Free subscriptions feel like festival season arrived early, except this time, the gifts are premium AI plans worth thousands of rupees. Airtel is bundling Perplexity Pro for free, Jio is giving Google AI Pro for 18 months, and OpenAI is offering a year of ChatGPT Go at zero cost.
At first, it seems like these global tech giants are suddenly in a generous mood. But in reality, these offers reveal how India has become a crucial piece in the world’s AI race.
India: The perfect market for AI expansion India today has more internet users than almost any other country. Mobile data is among the cheapest in the world, smartphones are everywhere, from large metros to remote villages, and an entire generation aged between 18 and 35 practically lives online. This combination makes India one of the easiest and fastest markets for tech companies to penetrate. Telecom operators like Airtel and Jio play a huge role here. With hundreds of millions of subscribers, they can push a new service to an enormous audience instantly.
When these telecom giants partner with AI companies and add an expensive AI plan as a free add-on, it becomes effortless for companies like Google, OpenAI, and Perplexity to reach audiences at a scale that other countries simply cannot offer. This isn’t just about increasing subscriber numbers. For AI companies, India offers something far more valuable: data and diversity. Also read: ChatGPT Go subscription worth ₹4,788 now free for all Indians
India’s real value: Training data for AI models AI models don’t improve magically, they grow and become more accurate by learning from enormous amounts of data. Every question typed, every image uploaded, every interaction users have with an AI tool helps the system “learn.” This is where India becomes essential. The country has unmatched linguistic diversity, hundreds of dialects, and millions of people using the internet in completely different ways. For AI, this is a goldmine. The more varied the data, the better the model becomes at understanding global behaviour, accents, languages, and cultural nuances. To collect this data, AI companies rely on enormous datasets built from websites, public internet pages, social media content, and user interactions.
Tools called “web crawlers” scrape and collect information from across the web. Companies like Google already have their own crawlers, while others use public resources such as Common Crawl.
Along with this, companies also use data generated directly on their platforms. OpenAI fine-tunes its models using user conversations. Meta trains its systems using public Facebook and Instagram posts. Amazon uses some voice commands from Alexa. All of this helps them make AI tools that sound more natural and more accurate. But this is where the problem begins, because most companies don’t fully disclose where their training data comes from. The increasing legal battles around data Globally, several publishers, news organisations and platforms have raised concerns about AI companies using copyrighted material without permission. The New York Times sued Perplexity for allegedly copying and distributing its stories. The Chicago Tribune filed a similar case. Reddit accused Perplexity of scraping its site without authorisation. Cloudflare said the startup hid its crawling activity. Even entertainment giants like Disney and Universal sued Midjourney for allegedly recreating their iconic characters.

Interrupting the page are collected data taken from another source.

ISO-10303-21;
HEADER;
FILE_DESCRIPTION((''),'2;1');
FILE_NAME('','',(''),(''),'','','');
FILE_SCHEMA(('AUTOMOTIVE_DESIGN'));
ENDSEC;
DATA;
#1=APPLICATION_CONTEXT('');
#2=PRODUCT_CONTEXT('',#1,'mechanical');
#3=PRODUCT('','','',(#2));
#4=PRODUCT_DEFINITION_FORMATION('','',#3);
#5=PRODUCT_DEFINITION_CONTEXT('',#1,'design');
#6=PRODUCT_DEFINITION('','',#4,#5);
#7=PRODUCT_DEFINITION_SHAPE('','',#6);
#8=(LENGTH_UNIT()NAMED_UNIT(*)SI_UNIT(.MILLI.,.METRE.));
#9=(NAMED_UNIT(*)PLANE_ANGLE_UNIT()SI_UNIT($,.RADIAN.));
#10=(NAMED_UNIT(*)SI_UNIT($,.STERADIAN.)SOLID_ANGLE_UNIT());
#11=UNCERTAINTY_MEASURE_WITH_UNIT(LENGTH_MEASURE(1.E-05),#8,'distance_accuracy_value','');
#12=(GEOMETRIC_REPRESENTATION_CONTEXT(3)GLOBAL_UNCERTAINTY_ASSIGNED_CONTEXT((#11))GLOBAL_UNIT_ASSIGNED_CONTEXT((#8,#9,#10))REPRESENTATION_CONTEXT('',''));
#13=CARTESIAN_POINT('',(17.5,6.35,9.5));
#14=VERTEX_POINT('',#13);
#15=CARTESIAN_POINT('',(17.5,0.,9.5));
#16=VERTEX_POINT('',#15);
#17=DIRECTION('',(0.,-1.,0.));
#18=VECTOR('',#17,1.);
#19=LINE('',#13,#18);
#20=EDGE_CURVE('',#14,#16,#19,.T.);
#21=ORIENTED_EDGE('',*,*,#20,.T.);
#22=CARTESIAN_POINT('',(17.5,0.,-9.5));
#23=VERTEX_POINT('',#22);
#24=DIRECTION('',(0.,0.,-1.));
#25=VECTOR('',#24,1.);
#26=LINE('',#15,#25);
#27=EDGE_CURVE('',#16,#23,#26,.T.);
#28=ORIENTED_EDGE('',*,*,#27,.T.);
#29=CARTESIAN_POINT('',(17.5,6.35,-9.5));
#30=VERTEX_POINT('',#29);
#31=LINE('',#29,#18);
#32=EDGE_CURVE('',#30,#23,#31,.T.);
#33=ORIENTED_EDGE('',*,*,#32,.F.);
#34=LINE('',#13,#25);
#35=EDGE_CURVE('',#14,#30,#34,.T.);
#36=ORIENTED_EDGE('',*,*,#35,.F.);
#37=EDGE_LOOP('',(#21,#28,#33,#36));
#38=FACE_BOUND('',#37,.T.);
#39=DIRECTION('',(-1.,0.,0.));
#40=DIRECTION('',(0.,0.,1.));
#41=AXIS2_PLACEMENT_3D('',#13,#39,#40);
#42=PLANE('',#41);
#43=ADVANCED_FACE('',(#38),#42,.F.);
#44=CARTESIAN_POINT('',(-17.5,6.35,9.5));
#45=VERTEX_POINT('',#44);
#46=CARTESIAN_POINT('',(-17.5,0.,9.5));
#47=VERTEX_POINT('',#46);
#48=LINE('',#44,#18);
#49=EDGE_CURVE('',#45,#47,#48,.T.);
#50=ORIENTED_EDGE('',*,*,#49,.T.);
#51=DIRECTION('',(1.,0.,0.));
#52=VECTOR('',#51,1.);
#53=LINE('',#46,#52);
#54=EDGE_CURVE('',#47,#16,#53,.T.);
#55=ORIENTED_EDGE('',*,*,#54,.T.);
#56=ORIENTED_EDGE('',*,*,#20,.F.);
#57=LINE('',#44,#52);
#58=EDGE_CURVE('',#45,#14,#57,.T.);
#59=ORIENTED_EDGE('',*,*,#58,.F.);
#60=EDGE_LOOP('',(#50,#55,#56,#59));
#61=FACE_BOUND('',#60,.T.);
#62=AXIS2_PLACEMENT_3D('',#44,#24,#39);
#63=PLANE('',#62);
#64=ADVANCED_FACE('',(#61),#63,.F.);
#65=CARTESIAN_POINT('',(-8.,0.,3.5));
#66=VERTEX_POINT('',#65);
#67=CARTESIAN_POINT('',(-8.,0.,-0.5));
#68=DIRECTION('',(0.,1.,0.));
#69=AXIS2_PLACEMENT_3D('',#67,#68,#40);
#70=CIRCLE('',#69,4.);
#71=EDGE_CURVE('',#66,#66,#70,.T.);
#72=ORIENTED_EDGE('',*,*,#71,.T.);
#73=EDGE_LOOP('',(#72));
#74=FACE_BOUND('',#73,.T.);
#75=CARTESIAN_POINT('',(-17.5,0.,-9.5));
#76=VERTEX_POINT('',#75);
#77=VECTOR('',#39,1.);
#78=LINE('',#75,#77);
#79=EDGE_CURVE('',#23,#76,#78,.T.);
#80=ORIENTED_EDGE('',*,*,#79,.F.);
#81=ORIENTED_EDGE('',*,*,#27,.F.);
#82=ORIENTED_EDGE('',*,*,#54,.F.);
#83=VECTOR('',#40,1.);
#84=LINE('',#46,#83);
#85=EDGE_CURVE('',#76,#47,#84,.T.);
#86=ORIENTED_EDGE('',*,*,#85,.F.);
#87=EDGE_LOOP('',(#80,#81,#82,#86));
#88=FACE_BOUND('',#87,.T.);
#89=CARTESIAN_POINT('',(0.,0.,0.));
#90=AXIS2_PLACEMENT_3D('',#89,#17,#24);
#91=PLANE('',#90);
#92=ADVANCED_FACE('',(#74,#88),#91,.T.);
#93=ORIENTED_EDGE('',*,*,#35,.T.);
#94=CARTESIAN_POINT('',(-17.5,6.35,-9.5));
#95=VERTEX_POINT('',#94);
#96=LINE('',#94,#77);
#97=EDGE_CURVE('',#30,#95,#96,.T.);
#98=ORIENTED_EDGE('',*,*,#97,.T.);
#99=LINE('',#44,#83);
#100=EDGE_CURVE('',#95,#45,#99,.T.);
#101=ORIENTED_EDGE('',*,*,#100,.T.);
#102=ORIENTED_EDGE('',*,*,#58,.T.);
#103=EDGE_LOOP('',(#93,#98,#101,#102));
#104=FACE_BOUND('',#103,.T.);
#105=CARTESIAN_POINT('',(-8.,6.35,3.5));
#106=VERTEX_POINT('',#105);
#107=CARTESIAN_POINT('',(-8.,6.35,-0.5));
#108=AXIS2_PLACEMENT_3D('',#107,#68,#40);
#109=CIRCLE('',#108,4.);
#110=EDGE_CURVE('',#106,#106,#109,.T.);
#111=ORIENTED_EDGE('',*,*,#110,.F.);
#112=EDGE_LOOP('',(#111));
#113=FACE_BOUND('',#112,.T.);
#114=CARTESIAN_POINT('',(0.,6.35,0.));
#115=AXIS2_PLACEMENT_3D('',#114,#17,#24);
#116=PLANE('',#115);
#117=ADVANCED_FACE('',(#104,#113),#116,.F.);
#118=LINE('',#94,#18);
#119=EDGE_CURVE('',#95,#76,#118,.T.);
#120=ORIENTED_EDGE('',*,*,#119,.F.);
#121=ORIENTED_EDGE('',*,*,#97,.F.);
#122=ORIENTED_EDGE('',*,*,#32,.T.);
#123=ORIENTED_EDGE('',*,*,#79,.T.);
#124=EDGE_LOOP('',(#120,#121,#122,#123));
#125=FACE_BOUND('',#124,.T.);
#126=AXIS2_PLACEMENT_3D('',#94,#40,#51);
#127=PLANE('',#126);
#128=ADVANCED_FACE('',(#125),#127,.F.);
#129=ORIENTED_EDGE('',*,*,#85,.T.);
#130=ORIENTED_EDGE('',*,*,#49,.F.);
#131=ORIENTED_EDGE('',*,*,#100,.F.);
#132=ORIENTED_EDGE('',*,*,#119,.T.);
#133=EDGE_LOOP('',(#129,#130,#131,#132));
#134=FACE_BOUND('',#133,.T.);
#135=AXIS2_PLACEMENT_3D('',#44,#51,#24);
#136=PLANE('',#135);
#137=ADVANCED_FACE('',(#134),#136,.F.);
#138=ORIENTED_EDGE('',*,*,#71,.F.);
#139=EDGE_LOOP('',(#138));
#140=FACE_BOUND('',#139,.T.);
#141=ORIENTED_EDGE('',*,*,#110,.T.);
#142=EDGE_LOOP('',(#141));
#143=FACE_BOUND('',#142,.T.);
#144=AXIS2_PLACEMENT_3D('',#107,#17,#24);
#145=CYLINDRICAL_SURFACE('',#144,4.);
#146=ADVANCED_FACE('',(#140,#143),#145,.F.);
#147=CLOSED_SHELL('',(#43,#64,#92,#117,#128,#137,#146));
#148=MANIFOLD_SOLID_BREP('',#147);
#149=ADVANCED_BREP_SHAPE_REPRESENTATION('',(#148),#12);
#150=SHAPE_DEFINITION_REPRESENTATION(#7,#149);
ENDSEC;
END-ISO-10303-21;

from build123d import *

# Parameters (mm, degrees)
SCHIZZO1_W                   = 35
SCHIZZO1_H                   = 19
SCHIZZO1_R                   = 4
ESTRUSIONE_ESTRUSIONE1_DEPTH = 6.35


with BuildPart() as part:
    # Schizzo1 → Estrusione-Estrusione1 (new body)
    with BuildSketch(Plane(origin=(0, 0, 0), x_dir=(1, 0, 0), z_dir=(0, 1, 0))):
        Rectangle(SCHIZZO1_W, SCHIZZO1_H)
        with Locations(Location((-8, 0.5, 0), (0, 0, 270))):
            Circle(SCHIZZO1_R, mode=Mode.SUBTRACT)
    extrude(amount=ESTRUSIONE_ESTRUSIONE1_DEPTH)


solid = part.part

These lawsuits reveal a deeper issue: AI models depend heavily on large amounts of copyrighted content, and many companies initially gathered such data without consent. In response, firms like OpenAI have now started signing licensing agreements with major global publishers like The Guardian, TIME, Reuters, Le Monde, and Axel Springer. These deals help them legally train AI models using verified, high-quality content. Also read: New York Times sues Perplexity for ‘illegal’ copying of content, another chapter in AI copyright battle
India also offers something unique Beyond consumers, India is a global hub for IT outsourcing, with millions of engineers and developers. Many AI companies see India not just as a market but also as a place to build datasets, run cloud farms, and develop content moderation operations. Small towns and tier-2 cities could soon become centres for training AI systems, reviewing data, and building new datasets. India’s linguistic and cultural variety is another big attraction. For an AI system struggling to understand global accents, speech patterns, or regional contexts, Indian data is incredibly valuable. Can Indian users protect their data? Right now, not entirely. India doesn’t have a law specifically designed for artificial intelligence. The Digital Personal Data Protection Act (DPDP 2023) deals with personal data, but it hasn’t been fully implemented and does not cover AI accountability or the right to opt out of data training. In contrast, places like California and the European Union already have stronger privacy and AI regulations. But even where laws exist, technical challenges remain. Once data is used to train an AI model, it becomes part of the model’s “memory.” Removing it is not simple; it often requires retraining the entire model, which can cost millions of dollars. Also read: Sam Altman just dropped a truth bomb – India is now company’s ‘second-largest market’ with 3X growth
Free AI isn’t really free India is currently the most attractive market for AI companies worldwide, not because users pay high subscription fees, but because they generate massive amounts of valuable data. Free subscriptions are simply a gateway to bring millions into the ecosystem quickly. In reality, these companies are not giving away expensive plans out of kindness. They’re investing in long-term gains: better data, better models, higher valuations, and a powerful presence in the world’s fastest-growing digital market. The short truth is that the free AI tools help companies grow faster and learn faster.